(Beginning of DATASET EXCERPTS)
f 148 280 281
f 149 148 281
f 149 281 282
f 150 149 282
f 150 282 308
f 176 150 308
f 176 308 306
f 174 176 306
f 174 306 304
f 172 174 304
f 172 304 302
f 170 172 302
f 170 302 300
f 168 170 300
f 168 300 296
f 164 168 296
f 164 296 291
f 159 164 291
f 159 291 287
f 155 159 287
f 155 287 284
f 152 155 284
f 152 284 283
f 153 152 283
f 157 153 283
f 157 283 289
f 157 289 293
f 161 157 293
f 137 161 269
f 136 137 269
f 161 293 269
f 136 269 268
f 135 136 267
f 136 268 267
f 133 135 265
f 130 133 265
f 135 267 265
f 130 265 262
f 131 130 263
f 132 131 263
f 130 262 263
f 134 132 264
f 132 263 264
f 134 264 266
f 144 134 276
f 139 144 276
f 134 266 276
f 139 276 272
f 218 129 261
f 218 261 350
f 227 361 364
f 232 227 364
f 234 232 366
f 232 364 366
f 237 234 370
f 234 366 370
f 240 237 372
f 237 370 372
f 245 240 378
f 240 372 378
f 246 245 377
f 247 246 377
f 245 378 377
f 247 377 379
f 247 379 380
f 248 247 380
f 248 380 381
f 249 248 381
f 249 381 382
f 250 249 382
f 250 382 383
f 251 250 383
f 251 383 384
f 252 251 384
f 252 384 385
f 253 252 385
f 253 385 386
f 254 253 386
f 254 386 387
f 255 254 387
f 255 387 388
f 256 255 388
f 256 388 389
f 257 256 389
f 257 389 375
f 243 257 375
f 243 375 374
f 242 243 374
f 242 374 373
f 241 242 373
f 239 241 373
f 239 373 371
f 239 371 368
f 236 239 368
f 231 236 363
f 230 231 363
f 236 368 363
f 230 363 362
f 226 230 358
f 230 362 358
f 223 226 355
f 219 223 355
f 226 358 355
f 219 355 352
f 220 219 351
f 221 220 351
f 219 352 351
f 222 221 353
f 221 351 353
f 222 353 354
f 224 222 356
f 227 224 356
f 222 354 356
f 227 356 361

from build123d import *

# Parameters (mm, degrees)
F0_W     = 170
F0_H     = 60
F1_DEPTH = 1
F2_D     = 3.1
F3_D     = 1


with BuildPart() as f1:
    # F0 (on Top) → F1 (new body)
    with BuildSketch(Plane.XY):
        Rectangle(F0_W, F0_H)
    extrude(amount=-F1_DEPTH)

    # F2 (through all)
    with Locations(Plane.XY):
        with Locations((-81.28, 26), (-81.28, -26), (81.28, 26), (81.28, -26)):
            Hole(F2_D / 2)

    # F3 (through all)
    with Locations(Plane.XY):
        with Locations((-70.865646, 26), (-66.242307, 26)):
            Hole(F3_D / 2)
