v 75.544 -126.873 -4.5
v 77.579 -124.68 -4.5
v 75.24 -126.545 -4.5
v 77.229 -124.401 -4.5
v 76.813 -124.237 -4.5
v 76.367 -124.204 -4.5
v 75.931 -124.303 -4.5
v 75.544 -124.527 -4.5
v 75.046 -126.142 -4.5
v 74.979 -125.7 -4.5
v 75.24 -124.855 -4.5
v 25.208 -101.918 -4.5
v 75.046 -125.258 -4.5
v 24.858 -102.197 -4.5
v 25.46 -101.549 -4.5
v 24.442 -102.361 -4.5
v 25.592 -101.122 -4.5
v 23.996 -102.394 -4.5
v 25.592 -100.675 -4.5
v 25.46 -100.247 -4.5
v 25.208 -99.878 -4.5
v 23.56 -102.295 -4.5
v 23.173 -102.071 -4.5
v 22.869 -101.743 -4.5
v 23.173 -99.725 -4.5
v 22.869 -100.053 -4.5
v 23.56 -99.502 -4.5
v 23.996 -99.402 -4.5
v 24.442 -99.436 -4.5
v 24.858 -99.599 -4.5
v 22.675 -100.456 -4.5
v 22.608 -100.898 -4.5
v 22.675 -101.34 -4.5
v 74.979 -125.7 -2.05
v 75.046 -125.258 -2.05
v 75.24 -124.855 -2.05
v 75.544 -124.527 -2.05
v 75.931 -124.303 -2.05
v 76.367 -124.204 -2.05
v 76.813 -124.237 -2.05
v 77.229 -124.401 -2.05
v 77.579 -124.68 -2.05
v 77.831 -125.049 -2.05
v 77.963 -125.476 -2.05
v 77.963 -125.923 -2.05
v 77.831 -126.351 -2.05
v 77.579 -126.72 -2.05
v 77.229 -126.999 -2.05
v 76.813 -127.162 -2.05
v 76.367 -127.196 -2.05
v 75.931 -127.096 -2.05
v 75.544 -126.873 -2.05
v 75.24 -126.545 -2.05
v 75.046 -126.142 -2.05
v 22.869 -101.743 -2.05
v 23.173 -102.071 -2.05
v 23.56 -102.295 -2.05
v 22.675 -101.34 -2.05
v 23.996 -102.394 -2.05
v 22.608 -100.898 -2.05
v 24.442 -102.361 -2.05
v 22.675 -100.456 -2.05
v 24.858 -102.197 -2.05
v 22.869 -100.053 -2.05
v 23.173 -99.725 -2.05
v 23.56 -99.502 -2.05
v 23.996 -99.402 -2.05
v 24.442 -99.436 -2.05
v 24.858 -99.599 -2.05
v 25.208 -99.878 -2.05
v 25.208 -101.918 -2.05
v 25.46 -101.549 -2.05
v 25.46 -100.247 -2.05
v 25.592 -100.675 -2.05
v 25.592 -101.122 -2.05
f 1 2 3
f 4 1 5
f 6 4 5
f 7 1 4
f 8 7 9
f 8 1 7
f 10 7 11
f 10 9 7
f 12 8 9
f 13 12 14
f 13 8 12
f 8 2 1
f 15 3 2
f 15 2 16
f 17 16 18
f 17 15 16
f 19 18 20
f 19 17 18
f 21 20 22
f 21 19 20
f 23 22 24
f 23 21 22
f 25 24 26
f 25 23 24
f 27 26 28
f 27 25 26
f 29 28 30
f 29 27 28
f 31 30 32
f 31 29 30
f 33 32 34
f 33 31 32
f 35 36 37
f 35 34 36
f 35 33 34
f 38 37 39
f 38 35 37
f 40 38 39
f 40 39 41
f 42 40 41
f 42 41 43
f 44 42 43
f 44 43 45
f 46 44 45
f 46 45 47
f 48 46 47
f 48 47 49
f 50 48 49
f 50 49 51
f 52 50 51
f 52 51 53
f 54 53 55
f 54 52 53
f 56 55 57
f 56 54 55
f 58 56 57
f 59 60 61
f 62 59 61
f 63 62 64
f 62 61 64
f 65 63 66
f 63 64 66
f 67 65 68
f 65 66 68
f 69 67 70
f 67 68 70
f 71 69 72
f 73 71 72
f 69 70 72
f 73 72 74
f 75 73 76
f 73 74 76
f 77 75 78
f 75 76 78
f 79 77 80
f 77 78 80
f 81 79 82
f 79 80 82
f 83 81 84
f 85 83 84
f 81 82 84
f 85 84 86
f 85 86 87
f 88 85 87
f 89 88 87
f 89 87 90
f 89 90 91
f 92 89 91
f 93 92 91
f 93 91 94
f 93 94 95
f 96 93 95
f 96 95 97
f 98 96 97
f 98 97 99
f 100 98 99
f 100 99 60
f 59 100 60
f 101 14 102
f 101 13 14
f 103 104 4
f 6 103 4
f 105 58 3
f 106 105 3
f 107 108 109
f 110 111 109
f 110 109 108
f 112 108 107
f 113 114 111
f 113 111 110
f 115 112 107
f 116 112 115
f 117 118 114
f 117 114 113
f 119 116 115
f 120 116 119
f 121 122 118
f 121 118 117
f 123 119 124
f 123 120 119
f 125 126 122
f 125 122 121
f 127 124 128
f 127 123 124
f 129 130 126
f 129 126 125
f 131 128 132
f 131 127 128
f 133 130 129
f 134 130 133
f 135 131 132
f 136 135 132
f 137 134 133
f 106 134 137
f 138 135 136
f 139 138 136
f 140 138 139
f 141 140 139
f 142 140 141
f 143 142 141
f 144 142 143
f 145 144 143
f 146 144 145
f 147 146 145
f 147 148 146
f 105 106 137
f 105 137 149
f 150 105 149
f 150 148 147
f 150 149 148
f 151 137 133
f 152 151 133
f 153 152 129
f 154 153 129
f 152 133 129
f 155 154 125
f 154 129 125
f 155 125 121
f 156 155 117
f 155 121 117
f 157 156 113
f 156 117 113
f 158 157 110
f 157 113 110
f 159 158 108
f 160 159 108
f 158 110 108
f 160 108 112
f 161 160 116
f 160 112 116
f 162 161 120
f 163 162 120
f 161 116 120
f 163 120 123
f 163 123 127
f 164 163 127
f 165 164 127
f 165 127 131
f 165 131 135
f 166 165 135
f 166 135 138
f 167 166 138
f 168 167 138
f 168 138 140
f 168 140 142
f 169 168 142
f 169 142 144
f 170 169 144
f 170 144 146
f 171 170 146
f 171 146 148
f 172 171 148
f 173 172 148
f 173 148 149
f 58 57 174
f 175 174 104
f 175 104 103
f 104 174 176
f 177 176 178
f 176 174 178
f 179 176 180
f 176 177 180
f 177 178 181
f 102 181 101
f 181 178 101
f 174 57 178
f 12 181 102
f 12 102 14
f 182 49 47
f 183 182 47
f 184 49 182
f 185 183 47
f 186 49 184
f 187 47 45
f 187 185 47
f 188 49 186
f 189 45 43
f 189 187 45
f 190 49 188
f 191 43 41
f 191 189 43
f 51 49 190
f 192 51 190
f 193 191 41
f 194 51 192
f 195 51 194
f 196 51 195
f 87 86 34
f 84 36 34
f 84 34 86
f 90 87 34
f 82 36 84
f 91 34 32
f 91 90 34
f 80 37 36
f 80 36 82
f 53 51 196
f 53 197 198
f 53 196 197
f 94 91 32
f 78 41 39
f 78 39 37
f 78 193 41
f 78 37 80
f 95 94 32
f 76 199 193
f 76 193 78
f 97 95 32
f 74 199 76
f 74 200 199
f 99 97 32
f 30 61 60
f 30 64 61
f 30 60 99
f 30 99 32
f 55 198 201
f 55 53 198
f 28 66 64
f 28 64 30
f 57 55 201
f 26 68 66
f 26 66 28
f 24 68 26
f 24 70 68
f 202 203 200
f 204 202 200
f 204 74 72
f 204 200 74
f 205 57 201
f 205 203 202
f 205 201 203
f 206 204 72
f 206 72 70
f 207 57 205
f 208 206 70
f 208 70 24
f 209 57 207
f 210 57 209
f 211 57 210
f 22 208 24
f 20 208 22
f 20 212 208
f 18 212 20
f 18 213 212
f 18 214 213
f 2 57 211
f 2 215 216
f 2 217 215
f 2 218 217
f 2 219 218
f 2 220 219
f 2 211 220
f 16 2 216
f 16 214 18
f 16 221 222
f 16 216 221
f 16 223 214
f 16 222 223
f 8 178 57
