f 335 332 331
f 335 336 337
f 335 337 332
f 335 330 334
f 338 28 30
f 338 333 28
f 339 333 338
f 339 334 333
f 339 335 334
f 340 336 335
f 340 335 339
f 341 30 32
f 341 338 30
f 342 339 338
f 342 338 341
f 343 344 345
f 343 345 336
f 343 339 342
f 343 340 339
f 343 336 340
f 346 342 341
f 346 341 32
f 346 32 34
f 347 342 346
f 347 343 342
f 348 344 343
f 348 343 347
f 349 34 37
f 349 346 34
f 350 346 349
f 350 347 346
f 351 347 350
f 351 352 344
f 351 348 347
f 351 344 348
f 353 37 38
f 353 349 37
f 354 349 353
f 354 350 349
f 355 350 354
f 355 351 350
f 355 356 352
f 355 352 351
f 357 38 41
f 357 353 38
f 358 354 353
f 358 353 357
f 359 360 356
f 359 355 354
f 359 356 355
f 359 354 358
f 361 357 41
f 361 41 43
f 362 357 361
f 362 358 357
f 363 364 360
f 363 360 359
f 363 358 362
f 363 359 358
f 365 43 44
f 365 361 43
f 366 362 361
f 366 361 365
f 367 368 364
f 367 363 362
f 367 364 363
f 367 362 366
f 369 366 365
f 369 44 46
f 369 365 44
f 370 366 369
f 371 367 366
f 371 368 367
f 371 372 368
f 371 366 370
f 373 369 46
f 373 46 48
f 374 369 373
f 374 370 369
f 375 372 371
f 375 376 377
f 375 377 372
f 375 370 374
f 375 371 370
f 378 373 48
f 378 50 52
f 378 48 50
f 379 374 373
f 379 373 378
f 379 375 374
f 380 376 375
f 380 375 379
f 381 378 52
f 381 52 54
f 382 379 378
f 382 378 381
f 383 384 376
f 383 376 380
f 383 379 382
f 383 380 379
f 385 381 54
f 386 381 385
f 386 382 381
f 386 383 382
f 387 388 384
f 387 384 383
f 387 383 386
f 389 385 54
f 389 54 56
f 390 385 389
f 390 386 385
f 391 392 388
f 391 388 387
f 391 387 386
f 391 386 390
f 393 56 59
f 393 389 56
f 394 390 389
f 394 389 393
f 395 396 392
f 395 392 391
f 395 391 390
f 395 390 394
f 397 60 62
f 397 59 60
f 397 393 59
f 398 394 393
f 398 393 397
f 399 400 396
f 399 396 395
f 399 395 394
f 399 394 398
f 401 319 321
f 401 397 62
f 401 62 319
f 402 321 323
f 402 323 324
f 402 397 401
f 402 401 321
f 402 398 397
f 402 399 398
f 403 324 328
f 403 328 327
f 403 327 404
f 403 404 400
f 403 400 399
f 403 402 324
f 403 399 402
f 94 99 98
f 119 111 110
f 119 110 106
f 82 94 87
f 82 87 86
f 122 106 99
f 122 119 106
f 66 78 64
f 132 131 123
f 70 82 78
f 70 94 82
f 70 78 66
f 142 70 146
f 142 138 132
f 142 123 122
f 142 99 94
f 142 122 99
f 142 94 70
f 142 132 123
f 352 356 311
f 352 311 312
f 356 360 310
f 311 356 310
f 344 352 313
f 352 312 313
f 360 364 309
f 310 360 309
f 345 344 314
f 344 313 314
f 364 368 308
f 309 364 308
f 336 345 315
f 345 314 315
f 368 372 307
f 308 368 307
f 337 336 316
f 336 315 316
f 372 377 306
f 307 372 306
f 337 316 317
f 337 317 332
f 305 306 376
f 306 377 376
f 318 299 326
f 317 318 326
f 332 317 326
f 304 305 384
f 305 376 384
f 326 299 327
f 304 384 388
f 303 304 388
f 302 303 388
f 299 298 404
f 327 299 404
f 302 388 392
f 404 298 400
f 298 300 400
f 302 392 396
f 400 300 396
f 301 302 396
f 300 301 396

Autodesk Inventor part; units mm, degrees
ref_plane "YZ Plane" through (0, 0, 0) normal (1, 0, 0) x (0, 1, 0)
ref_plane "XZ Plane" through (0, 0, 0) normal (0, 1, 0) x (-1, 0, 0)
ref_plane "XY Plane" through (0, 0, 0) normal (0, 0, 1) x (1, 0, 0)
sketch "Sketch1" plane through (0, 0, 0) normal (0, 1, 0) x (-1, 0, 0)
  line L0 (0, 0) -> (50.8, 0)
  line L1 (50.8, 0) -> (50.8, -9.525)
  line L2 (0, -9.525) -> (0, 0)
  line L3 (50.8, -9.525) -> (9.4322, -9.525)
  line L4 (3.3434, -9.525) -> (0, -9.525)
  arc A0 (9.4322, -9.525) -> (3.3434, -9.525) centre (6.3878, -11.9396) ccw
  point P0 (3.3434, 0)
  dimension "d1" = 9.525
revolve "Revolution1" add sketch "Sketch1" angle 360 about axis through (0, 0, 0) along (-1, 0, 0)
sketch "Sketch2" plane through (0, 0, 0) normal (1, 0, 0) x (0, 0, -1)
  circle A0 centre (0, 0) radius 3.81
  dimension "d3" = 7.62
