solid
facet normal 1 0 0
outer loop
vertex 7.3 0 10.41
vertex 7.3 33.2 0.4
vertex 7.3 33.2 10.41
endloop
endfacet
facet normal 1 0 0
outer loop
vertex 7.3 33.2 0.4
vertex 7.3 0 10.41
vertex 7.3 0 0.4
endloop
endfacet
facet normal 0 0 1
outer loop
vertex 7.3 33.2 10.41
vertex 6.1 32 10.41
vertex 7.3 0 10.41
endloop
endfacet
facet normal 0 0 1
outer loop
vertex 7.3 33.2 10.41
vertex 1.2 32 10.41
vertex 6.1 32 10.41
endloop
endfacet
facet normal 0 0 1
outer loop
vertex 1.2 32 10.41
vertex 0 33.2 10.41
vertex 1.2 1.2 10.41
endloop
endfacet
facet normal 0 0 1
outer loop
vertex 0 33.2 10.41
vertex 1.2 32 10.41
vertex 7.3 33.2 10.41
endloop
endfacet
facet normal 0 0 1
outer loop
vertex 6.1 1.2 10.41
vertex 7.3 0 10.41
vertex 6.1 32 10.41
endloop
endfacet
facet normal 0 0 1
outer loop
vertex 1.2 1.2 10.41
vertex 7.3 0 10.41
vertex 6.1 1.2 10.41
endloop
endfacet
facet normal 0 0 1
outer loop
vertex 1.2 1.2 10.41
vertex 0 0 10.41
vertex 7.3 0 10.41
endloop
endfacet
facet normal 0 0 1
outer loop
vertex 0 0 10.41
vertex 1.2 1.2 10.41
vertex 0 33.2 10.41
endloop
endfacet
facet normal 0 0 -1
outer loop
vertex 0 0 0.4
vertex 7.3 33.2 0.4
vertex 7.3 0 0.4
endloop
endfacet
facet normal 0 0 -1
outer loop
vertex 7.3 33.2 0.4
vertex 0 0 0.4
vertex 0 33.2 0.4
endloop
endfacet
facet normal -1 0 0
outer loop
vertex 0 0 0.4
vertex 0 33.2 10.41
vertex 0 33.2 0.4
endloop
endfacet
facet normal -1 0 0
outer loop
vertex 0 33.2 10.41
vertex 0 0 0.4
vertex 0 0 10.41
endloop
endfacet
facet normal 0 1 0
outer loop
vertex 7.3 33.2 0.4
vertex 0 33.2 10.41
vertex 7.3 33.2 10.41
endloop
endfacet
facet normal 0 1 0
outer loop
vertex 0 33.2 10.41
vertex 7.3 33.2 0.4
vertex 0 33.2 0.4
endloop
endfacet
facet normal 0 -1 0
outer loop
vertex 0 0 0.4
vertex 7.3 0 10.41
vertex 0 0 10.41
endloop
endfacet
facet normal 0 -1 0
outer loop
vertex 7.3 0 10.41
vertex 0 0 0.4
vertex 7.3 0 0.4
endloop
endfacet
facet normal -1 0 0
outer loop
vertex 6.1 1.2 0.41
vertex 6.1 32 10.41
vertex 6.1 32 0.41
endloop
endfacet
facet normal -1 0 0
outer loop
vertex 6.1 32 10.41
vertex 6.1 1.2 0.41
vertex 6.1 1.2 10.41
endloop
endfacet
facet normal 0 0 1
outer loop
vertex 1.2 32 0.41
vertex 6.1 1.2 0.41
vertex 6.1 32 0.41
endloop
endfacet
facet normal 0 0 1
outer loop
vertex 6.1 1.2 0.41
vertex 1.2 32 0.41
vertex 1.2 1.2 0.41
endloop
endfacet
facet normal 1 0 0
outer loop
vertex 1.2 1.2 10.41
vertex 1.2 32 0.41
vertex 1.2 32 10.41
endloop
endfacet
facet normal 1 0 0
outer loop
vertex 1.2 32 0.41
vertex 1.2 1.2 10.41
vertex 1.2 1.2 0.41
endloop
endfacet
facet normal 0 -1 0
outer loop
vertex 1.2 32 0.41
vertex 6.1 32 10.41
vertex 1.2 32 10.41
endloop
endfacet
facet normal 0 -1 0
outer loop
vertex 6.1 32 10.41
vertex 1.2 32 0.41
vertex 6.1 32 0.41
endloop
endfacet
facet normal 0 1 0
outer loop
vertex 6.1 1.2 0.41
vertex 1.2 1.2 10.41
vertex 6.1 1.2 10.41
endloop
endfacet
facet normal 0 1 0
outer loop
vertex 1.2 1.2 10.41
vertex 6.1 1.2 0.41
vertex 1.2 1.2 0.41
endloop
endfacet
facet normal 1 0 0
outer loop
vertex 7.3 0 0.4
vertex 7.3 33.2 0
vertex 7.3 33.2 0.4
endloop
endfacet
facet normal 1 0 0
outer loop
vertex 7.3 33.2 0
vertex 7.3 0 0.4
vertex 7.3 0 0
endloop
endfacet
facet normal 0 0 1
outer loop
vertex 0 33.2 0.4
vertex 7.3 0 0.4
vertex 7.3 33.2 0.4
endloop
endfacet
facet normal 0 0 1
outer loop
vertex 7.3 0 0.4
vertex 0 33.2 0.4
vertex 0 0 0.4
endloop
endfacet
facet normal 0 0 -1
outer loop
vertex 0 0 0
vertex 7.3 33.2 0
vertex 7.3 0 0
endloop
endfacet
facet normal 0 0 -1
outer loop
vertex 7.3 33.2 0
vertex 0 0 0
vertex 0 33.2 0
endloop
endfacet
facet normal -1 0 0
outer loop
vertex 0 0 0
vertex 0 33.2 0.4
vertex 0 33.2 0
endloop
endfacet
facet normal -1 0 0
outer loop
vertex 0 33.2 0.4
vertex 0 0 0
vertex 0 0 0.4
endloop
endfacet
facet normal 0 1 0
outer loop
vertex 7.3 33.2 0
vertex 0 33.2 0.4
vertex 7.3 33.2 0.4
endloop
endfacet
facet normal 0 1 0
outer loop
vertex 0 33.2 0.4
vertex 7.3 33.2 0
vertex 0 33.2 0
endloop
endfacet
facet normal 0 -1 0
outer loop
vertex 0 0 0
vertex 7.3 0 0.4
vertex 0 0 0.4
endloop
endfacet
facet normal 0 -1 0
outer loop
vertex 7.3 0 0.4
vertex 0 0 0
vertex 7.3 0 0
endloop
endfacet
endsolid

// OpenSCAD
// file: ../../Base/Rotation.scad
// Fischertechnik Box Foundation
// Geometry Helpers Rotation

include <PlacementOptions.scad>

// getRotatedSpace(space, rotation=NoRotation)
// Rotates the space dependent on the specified rotation

function getRotatedSpace(space, rotation=NoRotation) = [
    (rotation == Rotate90 || rotation == Rotate270) ? space.y : space.x,
    (rotation == Rotate90 || rotation == Rotate270) ? space.x : space.y
];

// Rotates the given space around the fixed left lower corner
// space = the space the children needs as width/depth list [width,depth]
// rotation = 0 Rotate0 degrees, 1 Rotate90 degrees, 2 Rotate180 degrees, 3 Rotate270 degrees (equivalent to -90)

module RotateFix(space, rotation=NoRotation) {
    dy = (rotation == Rotate0 || rotation == Rotate270) ? 0 :
        (rotation == Rotate90) ? space.x :
        space.y;
    dx = (rotation < Rotate180) ? 0 :
        (rotation == Rotate180) ? space.x :
        space.y;
    
    translate([dx, dy, 0])
        rotate([0, 0, rotations[rotation]])
            children();
}
// file: ../../Base/Alignment.scad
// Fischertechnik Box Foundation
// Geometry Helpers Alignment

include <PlacementOptions.scad>

// getAlignedX(elementWidth, spaceWidth, align=AlignRight, offset=0)
// Gets the aligned X offset of an element with the given
// width in the given space.
// elementWidth = The width of the element to positon
// spaceWidth = The space where the element should be aligned
// align = 0 AlignLeft, 1 AlignCenter, 2 AlignRight
// offset = an optional offset from the aligned position. When
// aligned left or centered, then positive values are in X direction.
// When aligned right then positive values are in negative X direction.

function getAlignedX(elementWidth, spaceWidth, align=AlignRight, offset=0) =
    (align == AlignLeft) ?
        offset :
        ((align == AlignCenter) ?
        (spaceWidth - elementWidth)/2 + offset :
        spaceWidth - offset - elementWidth);

// getAlignedY(elementDepth, spaceDepth, align=AlignTop, offset=0)
// Gets the aligned Y offset of an element with the given
// depth in the given space.
// elementDepth = The depth of the element to positon
// spaceDepth = The space where the element should be aligned
// align = 0 AlignBottom, 1 AlignCenter, 2 AlignTop
// offset = an optional offset from the aligned position. When
// aligned bottom or centered, then positive values are in Y direction.
// When aligned top then positive values are in negative Y direction.

function getAlignedY(elementDepth, spaceDepth, align=AlignTop, offset=0) =
    (align == AlignBottom) ?
        offset :
        ((align == AlignCenter) ?
        (spaceDepth - elementDepth)/2 + offset :
        spaceDepth - offset - elementDepth);
// file: ../../Base/Boxes.scad
// Fischertechnik Box Foundation
// Pre-designed Boxes

use <Constants.scad>

include <PlacementOptions.scad>

box190Width = 190;
box190Depth = 130;
box130Width = 130;
box130Depth = 95;

// Values are from an original ec3 box
topBottomDifference = 1.5;
outerHeight = 40;
innerHeight = 38.2;
baseThickness = outerHeight - innerHeight;
stackExcess = 5.7;
radius = 3.5;
wallThickness = 1.5;
tolerance = 0.2;
stackOffset = innerHeight - stackExcess;

boxUsageHeight = stackOffset;
boxWallThickness = wallThickness;
boxBaseThickness = baseThickness;
boxWebWidth = 3.0;

// getBoxWallThickness()
// Gets the wall thickness of a Fischertechnik Box
function getBoxWallThickness() = boxWallThickness;

// getBoxUsageHeight()
// Gets the usable height of a Fischertechnik box
function getBoxUsageHeight() = boxUsageHeight;

// getBoxInnerHeight()
// Gets the inner height of a Fischertechnik box, including the stack excess
function getBoxInnerHeight() = innerHeight;

// getBoxBaseThickness()
// Gets the thickness of the Fischertechnik box base.
function getBoxBaseThickness() = boxBaseThickness;

// getBoxWebWidth()
// Gets the width of a box web
function getBoxWebWidth() = boxWebWidth;

// getBox190Space()
// Gets the usable inner space of a Box 190 as an x/y-list
function getBox190Space() = [
    box190Width - 2*getBoxWallThickness() - topBottomDifference, 
    box190Depth - 2*getBoxWallThickness() - topBottomDifference ];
(End of DATASET EXCERPTS)
(WHAT IS NEEDED)
Above are the records; print exactly the lines from the line with "v 77.229 -124.401 -4.5" to the line with "v 75.931 -127.096 -2.05", including both, and nothing else.

(OUTPUT BELOW)
v 77.229 -124.401 -4.5
v 76.813 -124.237 -4.5
v 76.367 -124.204 -4.5
v 75.931 -124.303 -4.5
v 75.544 -124.527 -4.5
v 75.046 -126.142 -4.5
v 74.979 -125.7 -4.5
v 75.24 -124.855 -4.5
v 25.208 -101.918 -4.5
v 75.046 -125.258 -4.5
v 24.858 -102.197 -4.5
v 25.46 -101.549 -4.5
v 24.442 -102.361 -4.5
v 25.592 -101.122 -4.5
v 23.996 -102.394 -4.5
v 25.592 -100.675 -4.5
v 25.46 -100.247 -4.5
v 25.208 -99.878 -4.5
v 23.56 -102.295 -4.5
v 23.173 -102.071 -4.5
v 22.869 -101.743 -4.5
v 23.173 -99.725 -4.5
v 22.869 -100.053 -4.5
v 23.56 -99.502 -4.5
v 23.996 -99.402 -4.5
v 24.442 -99.436 -4.5
v 24.858 -99.599 -4.5
v 22.675 -100.456 -4.5
v 22.608 -100.898 -4.5
v 22.675 -101.34 -4.5
v 74.979 -125.7 -2.05
v 75.046 -125.258 -2.05
v 75.24 -124.855 -2.05
v 75.544 -124.527 -2.05
v 75.931 -124.303 -2.05
v 76.367 -124.204 -2.05
v 76.813 -124.237 -2.05
v 77.229 -124.401 -2.05
v 77.579 -124.68 -2.05
v 77.831 -125.049 -2.05
v 77.963 -125.476 -2.05
v 77.963 -125.923 -2.05
v 77.831 -126.351 -2.05
v 77.579 -126.72 -2.05
v 77.229 -126.999 -2.05
v 76.813 -127.162 -2.05
v 76.367 -127.196 -2.05
v 75.931 -127.096 -2.05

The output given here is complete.